Lori Pickhardt a tour guide and manager at Free Tours by Foot in New York City said they were already hurting in February and early March from reduced bookings, now they’ve cancelled all their Chinatown tours through April.
It’s early in the COVID-19 crises and no one knows how long it will last; Chinatown’s small businesses don’t know where to turn for financial help yet.
“I’m looking to apply for anything that’s out there,” said Peter Lee, who received financial help from the 9/11 Fund and FEMA, after the attacks, “Businesses don’t know what to do, there’s nothing we can look to yet.”
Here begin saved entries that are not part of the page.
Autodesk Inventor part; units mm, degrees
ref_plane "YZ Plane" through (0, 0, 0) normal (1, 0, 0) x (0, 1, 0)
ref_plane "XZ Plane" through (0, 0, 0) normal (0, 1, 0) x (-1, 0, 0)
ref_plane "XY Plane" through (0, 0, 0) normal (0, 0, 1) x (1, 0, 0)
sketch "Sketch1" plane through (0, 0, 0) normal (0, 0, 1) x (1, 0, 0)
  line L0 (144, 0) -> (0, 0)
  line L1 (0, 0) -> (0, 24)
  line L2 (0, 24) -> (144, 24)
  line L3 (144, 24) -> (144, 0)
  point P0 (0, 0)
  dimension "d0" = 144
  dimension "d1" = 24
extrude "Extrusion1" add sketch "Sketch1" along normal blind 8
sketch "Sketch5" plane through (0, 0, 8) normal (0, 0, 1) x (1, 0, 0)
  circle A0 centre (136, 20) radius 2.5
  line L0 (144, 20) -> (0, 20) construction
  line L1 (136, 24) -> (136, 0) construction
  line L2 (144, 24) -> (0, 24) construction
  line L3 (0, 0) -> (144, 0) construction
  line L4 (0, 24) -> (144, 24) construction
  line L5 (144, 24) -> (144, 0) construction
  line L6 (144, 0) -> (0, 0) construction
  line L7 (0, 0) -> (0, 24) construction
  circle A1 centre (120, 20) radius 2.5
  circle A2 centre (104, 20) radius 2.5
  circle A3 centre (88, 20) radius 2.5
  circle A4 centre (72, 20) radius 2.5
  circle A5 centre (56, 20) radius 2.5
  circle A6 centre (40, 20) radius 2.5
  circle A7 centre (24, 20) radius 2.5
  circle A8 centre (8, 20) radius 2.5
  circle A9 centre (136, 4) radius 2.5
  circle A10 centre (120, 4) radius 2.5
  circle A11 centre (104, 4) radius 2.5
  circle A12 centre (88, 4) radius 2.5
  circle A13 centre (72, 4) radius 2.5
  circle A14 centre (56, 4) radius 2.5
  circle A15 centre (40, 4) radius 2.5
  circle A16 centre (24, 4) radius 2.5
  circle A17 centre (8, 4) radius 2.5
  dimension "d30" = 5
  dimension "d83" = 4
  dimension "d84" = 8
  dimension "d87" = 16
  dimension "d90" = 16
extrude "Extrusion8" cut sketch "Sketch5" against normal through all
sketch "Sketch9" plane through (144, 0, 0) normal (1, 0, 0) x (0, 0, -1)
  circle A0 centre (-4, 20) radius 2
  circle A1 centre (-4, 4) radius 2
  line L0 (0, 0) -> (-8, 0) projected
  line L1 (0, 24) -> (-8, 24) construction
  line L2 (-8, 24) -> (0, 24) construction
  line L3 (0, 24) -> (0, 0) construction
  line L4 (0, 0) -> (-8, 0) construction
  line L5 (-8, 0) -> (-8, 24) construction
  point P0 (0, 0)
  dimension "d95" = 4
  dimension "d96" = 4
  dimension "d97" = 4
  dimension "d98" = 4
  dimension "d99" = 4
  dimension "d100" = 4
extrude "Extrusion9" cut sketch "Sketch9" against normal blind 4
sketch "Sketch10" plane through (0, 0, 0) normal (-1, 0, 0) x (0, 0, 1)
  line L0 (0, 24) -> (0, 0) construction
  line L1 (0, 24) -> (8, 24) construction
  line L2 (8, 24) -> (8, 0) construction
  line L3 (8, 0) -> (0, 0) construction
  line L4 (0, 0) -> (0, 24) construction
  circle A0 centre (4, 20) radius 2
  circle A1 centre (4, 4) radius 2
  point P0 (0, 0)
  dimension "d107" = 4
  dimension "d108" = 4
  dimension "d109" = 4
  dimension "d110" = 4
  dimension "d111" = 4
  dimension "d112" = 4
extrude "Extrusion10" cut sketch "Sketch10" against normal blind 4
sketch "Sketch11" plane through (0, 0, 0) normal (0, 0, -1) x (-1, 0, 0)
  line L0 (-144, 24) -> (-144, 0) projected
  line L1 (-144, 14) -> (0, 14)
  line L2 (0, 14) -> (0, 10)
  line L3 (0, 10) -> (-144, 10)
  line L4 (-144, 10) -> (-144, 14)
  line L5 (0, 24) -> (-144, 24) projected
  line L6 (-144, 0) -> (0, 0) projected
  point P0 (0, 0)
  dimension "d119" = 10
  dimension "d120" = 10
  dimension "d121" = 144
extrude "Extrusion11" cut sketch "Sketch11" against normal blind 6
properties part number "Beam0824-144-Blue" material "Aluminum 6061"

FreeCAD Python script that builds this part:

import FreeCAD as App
import Part
import Sketcher
from FreeCAD import Vector


def add_polygon(sketch, points):
    """Adds a closed chain of lines whose ends are joined by coincident constraints."""
    first, n = sketch.GeometryCount, len(points)
    for a, b in zip(points, points[1:] + points[:1]):
        sketch.addGeometry(Part.LineSegment(App.Vector(*a, 0), App.Vector(*b, 0)), False)
    for i in range(n):
        sketch.addConstraint(Sketcher.Constraint("Coincident", first + i, 2, first + (i + 1) % n, 1))

doc = App.newDocument("Part")
body = doc.addObject("PartDesign::Body", "Body")

# Sketch on XY plane
sketch1 = doc.addObject("Sketcher::SketchObject", "Sketch")
body.addObject(sketch1)
sketch1.AttachmentSupport = (doc.XY_Plane, [""])
sketch1.MapMode = "FlatFace"
add_polygon(sketch1, [(0, 0), (144, 0), (144, 24), (0, 24)])  # lines 0-3
sketch1.addConstraint(Sketcher.Constraint("Horizontal", 0))
sketch1.addConstraint(Sketcher.Constraint("Vertical", 1))
sketch1.addConstraint(Sketcher.Constraint("Horizontal", 2))
sketch1.addConstraint(Sketcher.Constraint("Vertical", 3))
sketch1.addConstraint(Sketcher.Constraint("Coincident", 3, 2, -1, 1))
sketch1.addConstraint(Sketcher.Constraint("DistanceX", 0, 1, 0, 2, 144.0))
sketch1.addConstraint(Sketcher.Constraint("DistanceY", 1, 1, 1, 2, 24.0))
pad1 = doc.addObject("PartDesign::Pad", "Pad")
body.addObject(pad1)
pad1.Profile = sketch1
pad1.Length = 8

# Sketch on XY plane
sketch2 = doc.addObject("Sketcher::SketchObject", "Sketch001")
body.addObject(sketch2)
sketch2.AttachmentSupport = (doc.XY_Plane, [""])
sketch2.MapMode = "FlatFace"
sketch2.AttachmentOffset = App.Placement(Vector(0, 0, 8), App.Rotation())
sketch2.addGeometry(Part.Circle(Vector(136, 20, 0), Vector(0, 0, 1), 2.5), False)
sketch2.addGeometry(Part.Circle(Vector(120, 20, 0), Vector(0, 0, 1), 2.5), False)
sketch2.addGeometry(Part.Circle(Vector(104, 20, 0), Vector(0, 0, 1), 2.5), False)
sketch2.addGeometry(Part.Circle(Vector(88, 20, 0), Vector(0, 0, 1), 2.5), False)
sketch2.addGeometry(Part.Circle(Vector(72, 20, 0), Vector(0, 0, 1), 2.5), False)
sketch2.addGeometry(Part.Circle(Vector(56, 20, 0), Vector(0, 0, 1), 2.5), False)
sketch2.addGeometry(Part.Circle(Vector(40, 20, 0), Vector(0, 0, 1), 2.5), False)
sketch2.addGeometry(Part.Circle(Vector(24, 20, 0), Vector(0, 0, 1), 2.5), False)
sketch2.addGeometry(Part.Circle(Vector(8, 20, 0), Vector(0, 0, 1), 2.5), False)
sketch2.addGeometry(Part.Circle(Vector(136, 4, 0), Vector(0, 0, 1), 2.5), False)
sketch2.addGeometry(Part.Circle(Vector(120, 4, 0), Vector(0, 0, 1), 2.5), False)
sketch2.addGeometry(Part.Circle(Vector(104, 4, 0), Vector(0, 0, 1), 2.5), False)
sketch2.addGeometry(Part.Circle(Vector(88, 4, 0), Vector(0, 0, 1), 2.5), False)
sketch2.addGeometry(Part.Circle(Vector(72, 4, 0), Vector(0, 0, 1), 2.5), False)
sketch2.addGeometry(Part.Circle(Vector(56, 4, 0), Vector(0, 0, 1), 2.5), False)
sketch2.addGeometry(Part.Circle(Vector(40, 4, 0), Vector(0, 0, 1), 2.5), False)
sketch2.addGeometry(Part.Circle(Vector(24, 4, 0), Vector(0, 0, 1), 2.5), False)
sketch2.addGeometry(Part.Circle(Vector(8, 4, 0), Vector(0, 0, 1), 2.5), False)
sketch2.addConstraint(Sketcher.Constraint("Equal", 0, 1))
sketch2.addConstraint(Sketcher.Constraint("Equal", 1, 2))
sketch2.addConstraint(Sketcher.Constraint("Equal", 2, 3))
sketch2.addConstraint(Sketcher.Constraint("Equal", 3, 4))
sketch2.addConstraint(Sketcher.Constraint("Equal", 4, 5))
sketch2.addConstraint(Sketcher.Constraint("Equal", 5, 6))
sketch2.addConstraint(Sketcher.Constraint("Equal", 6, 7))
sketch2.addConstraint(Sketcher.Constraint("Equal", 7, 8))
sketch2.addConstraint(Sketcher.Constraint("Equal", 8, 9))
sketch2.addConstraint(Sketcher.Constraint("Equal", 9, 10))
sketch2.addConstraint(Sketcher.Constraint("Equal", 10, 11))
sketch2.addConstraint(Sketcher.Constraint("Equal", 11, 12))
sketch2.addConstraint(Sketcher.Constraint("Equal", 12, 13))
sketch2.addConstraint(Sketcher.Constraint("Equal", 13, 14))
sketch2.addConstraint(Sketcher.Constraint("Equal", 14, 15))
sketch2.addConstraint(Sketcher.Constraint("Equal", 15, 16))
sketch2.addConstraint(Sketcher.Constraint("Equal", 16, 17))
sketch2.addConstraint(Sketcher.Constraint("Horizontal", 0, 3, 1, 3))
sketch2.addConstraint(Sketcher.Constraint("Horizontal", 1, 3, 2, 3))
sketch2.addConstraint(Sketcher.Constraint("Horizontal", 2, 3, 3, 3))
sketch2.addConstraint(Sketcher.Constraint("Horizontal", 3, 3, 4, 3))
sketch2.addConstraint(Sketcher.Constraint("Horizontal", 4, 3, 5, 3))
sketch2.addConstraint(Sketcher.Constraint("Horizontal", 5, 3, 6, 3))
sketch2.addConstraint(Sketcher.Constraint("Horizontal", 6, 3, 7, 3))
sketch2.addConstraint(Sketcher.Constraint("Horizontal", 7, 3, 8, 3))
sketch2.addConstraint(Sketcher.Constraint("Horizontal", 9, 3, 10, 3))
sketch2.addConstraint(Sketcher.Constraint("Horizontal", 10, 3, 11, 3))
sketch2.addConstraint(Sketcher.Constraint("Horizontal", 11, 3, 12, 3))
sketch2.addConstraint(Sketcher.Constraint("Horizontal", 12, 3, 13, 3))
sketch2.addConstraint(Sketcher.Constraint("Horizontal", 13, 3, 14, 3))
sketch2.addConstraint(Sketcher.Constraint("Horizontal", 14, 3, 15, 3))
sketch2.addConstraint(Sketcher.Constraint("Horizontal", 15, 3, 16, 3))
sketch2.addConstraint(Sketcher.Constraint("Horizontal", 16, 3, 17, 3))
sketch2.addConstraint(Sketcher.Constraint("Vertical", 0, 3, 9, 3))
sketch2.addConstraint(Sketcher.Constraint("Vertical", 1, 3, 10, 3))
sketch2.addConstraint(Sketcher.Constraint("Vertical", 2, 3, 11, 3))
sketch2.addConstraint(Sketcher.Constraint("Vertical", 3, 3, 12, 3))
sketch2.addConstraint(Sketcher.Constraint("Vertical", 4, 3, 13, 3))
sketch2.addConstraint(Sketcher.Constraint("Vertical", 5, 3, 14, 3))
sketch2.addConstraint(Sketcher.Constraint("Vertical", 6, 3, 15, 3))
sketch2.addConstraint(Sketcher.Constraint("Vertical", 7, 3, 16, 3))
sketch2.addConstraint(Sketcher.Constraint("Vertical", 8, 3, 17, 3))
sketch2.addConstraint(Sketcher.Constraint("Diameter", 0, 5.0))
sketch2.addConstraint(Sketcher.Constraint("DistanceX", -1, 1, 8, 3, 8.0))
sketch2.addConstraint(Sketcher.Constraint("DistanceY", -1, 1, 9, 3, 4.0))
sketch2.addConstraint(Sketcher.Constraint("DistanceX", 1, 3, 0, 3, 16.0))
sketch2.addConstraint(Sketcher.Constraint("DistanceX", 2, 3, 1, 3, 16.0))
sketch2.addConstraint(Sketcher.Constraint("DistanceX", 3, 3, 2, 3, 16.0))
sketch2.addConstraint(Sketcher.Constraint("DistanceX", 4, 3, 3, 3, 16.0))
sketch2.addConstraint(Sketcher.Constraint("DistanceX", 5, 3, 4, 3, 16.0))
sketch2.addConstraint(Sketcher.Constraint("DistanceX", 6, 3, 5, 3, 16.0))
sketch2.addConstraint(Sketcher.Constraint("DistanceX", 7, 3, 6, 3, 16.0))
sketch2.addConstraint(Sketcher.Constraint("DistanceX", 8, 3, 7, 3, 16.0))
sketch2.addConstraint(Sketcher.Constraint("DistanceY", 9, 3, 0, 3, 16.0))
pocket1 = doc.addObject("PartDesign::Pocket", "Pocket")
body.addObject(pocket1)
pocket1.Profile = sketch2
pocket1.Type = "ThroughAll"

# Sketch on YZ plane
sketch3 = doc.addObject("Sketcher::SketchObject", "Sketch002")
body.addObject(sketch3)
sketch3.AttachmentSupport = (doc.YZ_Plane, [""])
sketch3.MapMode = "FlatFace"
sketch3.AttachmentOffset = App.Placement(Vector(0, 0, 144), App.Rotation())
sketch3.addGeometry(Part.Circle(Vector(20, 4, 0), Vector(0, 0, 1), 2), False)
sketch3.addGeometry(Part.Circle(Vector(4, 4, 0), Vector(0, 0, 1), 2), False)
sketch3.addConstraint(Sketcher.Constraint("Equal", 0, 1))
sketch3.addConstraint(Sketcher.Constraint("Horizontal", 0, 3, 1, 3))
sketch3.addConstraint(Sketcher.Constraint("Diameter", 0, 4.0))
sketch3.addConstraint(Sketcher.Constraint("DistanceY", -1, 1, 0, 3, 4.0))
sketch3.addConstraint(Sketcher.Constraint("DistanceX", -1, 1, 1, 3, 4.0))
sketch3.addConstraint(Sketcher.Constraint("DistanceX", -1, 1, 0, 3, 20.0))
pocket2 = doc.addObject("PartDesign::Pocket", "Pocket001")
body.addObject(pocket2)
pocket2.Profile = sketch3
pocket2.Length = 4

# Sketch on YZ plane
sketch4 = doc.addObject("Sketcher::SketchObject", "Sketch003")
body.addObject(sketch4)
sketch4.AttachmentSupport = (doc.YZ_Plane, [""])
sketch4.MapMode = "FlatFace"
sketch4.addGeometry(Part.Circle(Vector(20, 4, 0), Vector(0, 0, 1), 2), False)
sketch4.addGeometry(Part.Circle(Vector(4, 4, 0), Vector(0, 0, 1), 2), False)
sketch4.addConstraint(Sketcher.Constraint("Equal", 0, 1))
sketch4.addConstraint(Sketcher.Constraint("Horizontal", 0, 3, 1, 3))
sketch4.addConstraint(Sketcher.Constraint("Diameter", 0, 4.0))
sketch4.addConstraint(Sketcher.Constraint("DistanceY", -1, 1, 0, 3, 4.0))
sketch4.addConstraint(Sketcher.Constraint("DistanceX", -1, 1, 1, 3, 4.0))
sketch4.addConstraint(Sketcher.Constraint("DistanceX", -1, 1, 0, 3, 20.0))
pocket3 = doc.addObject("PartDesign::Pocket", "Pocket002")
body.addObject(pocket3)
pocket3.Profile = sketch4
pocket3.Length = 4
pocket3.Reversed = True

# Sketch on XY plane
sketch5 = doc.addObject("Sketcher::SketchObject", "Sketch004")
body.addObject(sketch5)
sketch5.AttachmentSupport = (doc.XY_Plane, [""])
sketch5.MapMode = "FlatFace"
add_polygon(sketch5, [(0, 14), (144, 14), (144, 10), (0, 10)])  # lines 0-3
sketch5.addConstraint(Sketcher.Constraint("Horizontal", 0))
sketch5.addConstraint(Sketcher.Constraint("Vertical", 1))
sketch5.addConstraint(Sketcher.Constraint("Horizontal", 2))
sketch5.addConstraint(Sketcher.Constraint("Vertical", 3))
sketch5.addConstraint(Sketcher.Constraint("PointOnObject", 2, 2, -2))
sketch5.addConstraint(Sketcher.Constraint("DistanceX", 0, 1, 0, 2, 144.0))
sketch5.addConstraint(Sketcher.Constraint("DistanceY", -1, 1, 1, 2, 10.0))
sketch5.addConstraint(Sketcher.Constraint("DistanceY", 1, 2, 1, 1, 4.0))
pocket4 = doc.addObject("PartDesign::Pocket", "Pocket003")
body.addObject(pocket4)
pocket4.Profile = sketch5
pocket4.Length = 6
pocket4.Reversed = True

doc.recompute()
The New York City Small Business Services is offering emergency financial assistance for impacted businesses, zero interest loans up to $75,000 for businesses that have lost more than 25% of sales and grants to cover 40% of payroll for two months.
“We need to start looking at grants,” said Jan Lee, noting that many Chinatown small businesses are already paying off loans so even zero interest loans are not ideal.
Peter Lee thinks sales tax for this quarter due March 28 should be waived altogether, “I have just enough to pay,” said Lee shaking his head, “I pretty much have no option but to close.”
Lou Di Palo thinks if the government needs to step in and protect small businesses, a start would be to hold insurance companies accountable that try to find loopholes and excuses to weasel out of paying legitimate claims. He was less than impressed with the response to the aftermath of Hurricane Sandy and throws around around descriptors like “disgusting shame” and “didn’t stand by the small people.”
Desperate small business owners like Mohammad K-Alam are looking for any financial help they can find, not knowing how they are going to pay next month’s rent.
“City government or other honorable person,” K-Alam implored, “please help us.”